CBO needs more fans!

June 24th, 2015 at 10:06 am

Though his title veers into hyperbolic clickbait, Howard Gleckman makes an important point in a post this AM, one I’ve made as well. Gleckman argues that in their recent analysis of the impact of repealing the Affordable Care Act on deficits and growth, the budget office was unable to give us a reliable, accurate point estimate.

The problem is that it’s beyond our analytic capability to reliably know the impact of taking a complex policy like the ACA out of a complex economy. Too damn many moving parts in both the economy and the policy. Gleckman correctly notes, for example, that guessing the impact of repeal on health care prices or labor supply within a meaningful range is, if not impossible, near enough that trying to do so will not provide policymakers with useful, usable information. (At least with labor supply, CBO is probably right that repeal would increase it, for one reason by re-instituting job lock; but pinpointing the magnitude over a decade is beyond our skill.)

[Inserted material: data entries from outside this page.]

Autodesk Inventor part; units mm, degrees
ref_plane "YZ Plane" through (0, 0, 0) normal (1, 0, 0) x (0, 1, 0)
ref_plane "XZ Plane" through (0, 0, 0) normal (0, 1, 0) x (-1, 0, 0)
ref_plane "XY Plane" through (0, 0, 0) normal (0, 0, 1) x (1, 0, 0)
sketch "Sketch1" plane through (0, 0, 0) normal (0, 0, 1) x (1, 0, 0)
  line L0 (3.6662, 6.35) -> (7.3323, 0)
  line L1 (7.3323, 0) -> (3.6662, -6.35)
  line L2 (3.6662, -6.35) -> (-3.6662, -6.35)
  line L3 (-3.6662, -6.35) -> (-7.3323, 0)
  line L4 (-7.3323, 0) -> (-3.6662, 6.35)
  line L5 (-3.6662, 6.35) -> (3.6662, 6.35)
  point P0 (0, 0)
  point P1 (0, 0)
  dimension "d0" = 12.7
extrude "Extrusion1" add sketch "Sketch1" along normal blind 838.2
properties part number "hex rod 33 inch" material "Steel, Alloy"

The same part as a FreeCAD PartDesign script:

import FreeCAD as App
import Part
import Sketcher
Q = App.Units.Quantity

doc = App.newDocument("Part")
body = doc.addObject("PartDesign::Body", "Body")

# Sketch on XY plane
sketch1 = body.newObject("Sketcher::SketchObject", "Sketch")
sketch1.AttachmentSupport = (doc.getObject("XY_Plane"), [""])
sketch1.MapMode = "FlatFace"
sketch1.addGeometry([
    Part.LineSegment(App.Vector(7.3323, 0, 0), App.Vector(3.6662, 6.35, 0)),  # 0
    Part.LineSegment(App.Vector(3.6662, 6.35, 0), App.Vector(-3.6662, 6.35, 0)),  # 1
    Part.LineSegment(App.Vector(-3.6662, 6.35, 0), App.Vector(-7.3323, 0, 0)),  # 2
    Part.LineSegment(App.Vector(-7.3323, 0, 0), App.Vector(-3.6662, -6.35, 0)),  # 3
    Part.LineSegment(App.Vector(-3.6662, -6.35, 0), App.Vector(3.6662, -6.35, 0)),  # 4
    Part.LineSegment(App.Vector(3.6662, -6.35, 0), App.Vector(7.3323, 0, 0)),  # 5
], False)
sketch1.addConstraint([
    Sketcher.Constraint("Coincident", 0, 2, 1, 1),
    Sketcher.Constraint("Coincident", 1, 2, 2, 1),
    Sketcher.Constraint("Coincident", 2, 2, 3, 1),
    Sketcher.Constraint("Coincident", 3, 2, 4, 1),
    Sketcher.Constraint("Coincident", 4, 2, 5, 1),
    Sketcher.Constraint("Coincident", 5, 2, 0, 1),
    Sketcher.Constraint("Horizontal", 1),
    Sketcher.Constraint("Horizontal", 4),
    Sketcher.Constraint("Symmetric", 0, 2, 3, 2, -1, 1),
    Sketcher.Constraint("Symmetric", 2, 2, 5, 2, -1, 1),
    Sketcher.Constraint("PointOnObject", 2, 2, -1),
    Sketcher.Constraint("Parallel", 2, 5),
    Sketcher.Constraint("Vertical", 1, 2, 3, 2),
    Sketcher.Constraint("DistanceY", 3, 2, 1, 2, Q("0.5 in")),
    Sketcher.Constraint("Angle", 0, Q("119.9995 deg")),
    Sketcher.Constraint("DistanceX", 2, 2, 0, 2, Q("0.433 in")),
])
pad1 = body.newObject("PartDesign::Pad", "Pad")
pad1.Profile = sketch1
pad1.Length = Q("33 in")

doc.recompute()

Gleckman points out that to their credit, the budget office clearly admits their limits in this case (from their report; my bold):

“Although CBO and JCT’s best estimate is that repealing the ACA would increase federal budget deficits by $137 billion over the 2016–2025 period…the effects…could differ, in either direction, from the central estimates…by a sum that exceeds that amount. Thus, the uncertainty is sufficiently great that repealing the ACA could in fact reduce deficits over that period—or could increase deficits by a substantially larger margin than the agencies have estimated.”

In other words, this is case where the degree of uncertainty is such that the forecast may cross zero and end up with a different sign. That’s a big deal for policy makers trying to make sense out of the proposal in question (yes, I know…that assumes fact-based policy making, which is in itself an assertion with a very wide confidence interval).

While I appreciate the text, I think it would be a real advance if the CBO would use “fan graphs” for all of their forecasts. These are figures, like the one below, which explicitly plot the bands of uncertainty around the central forecast.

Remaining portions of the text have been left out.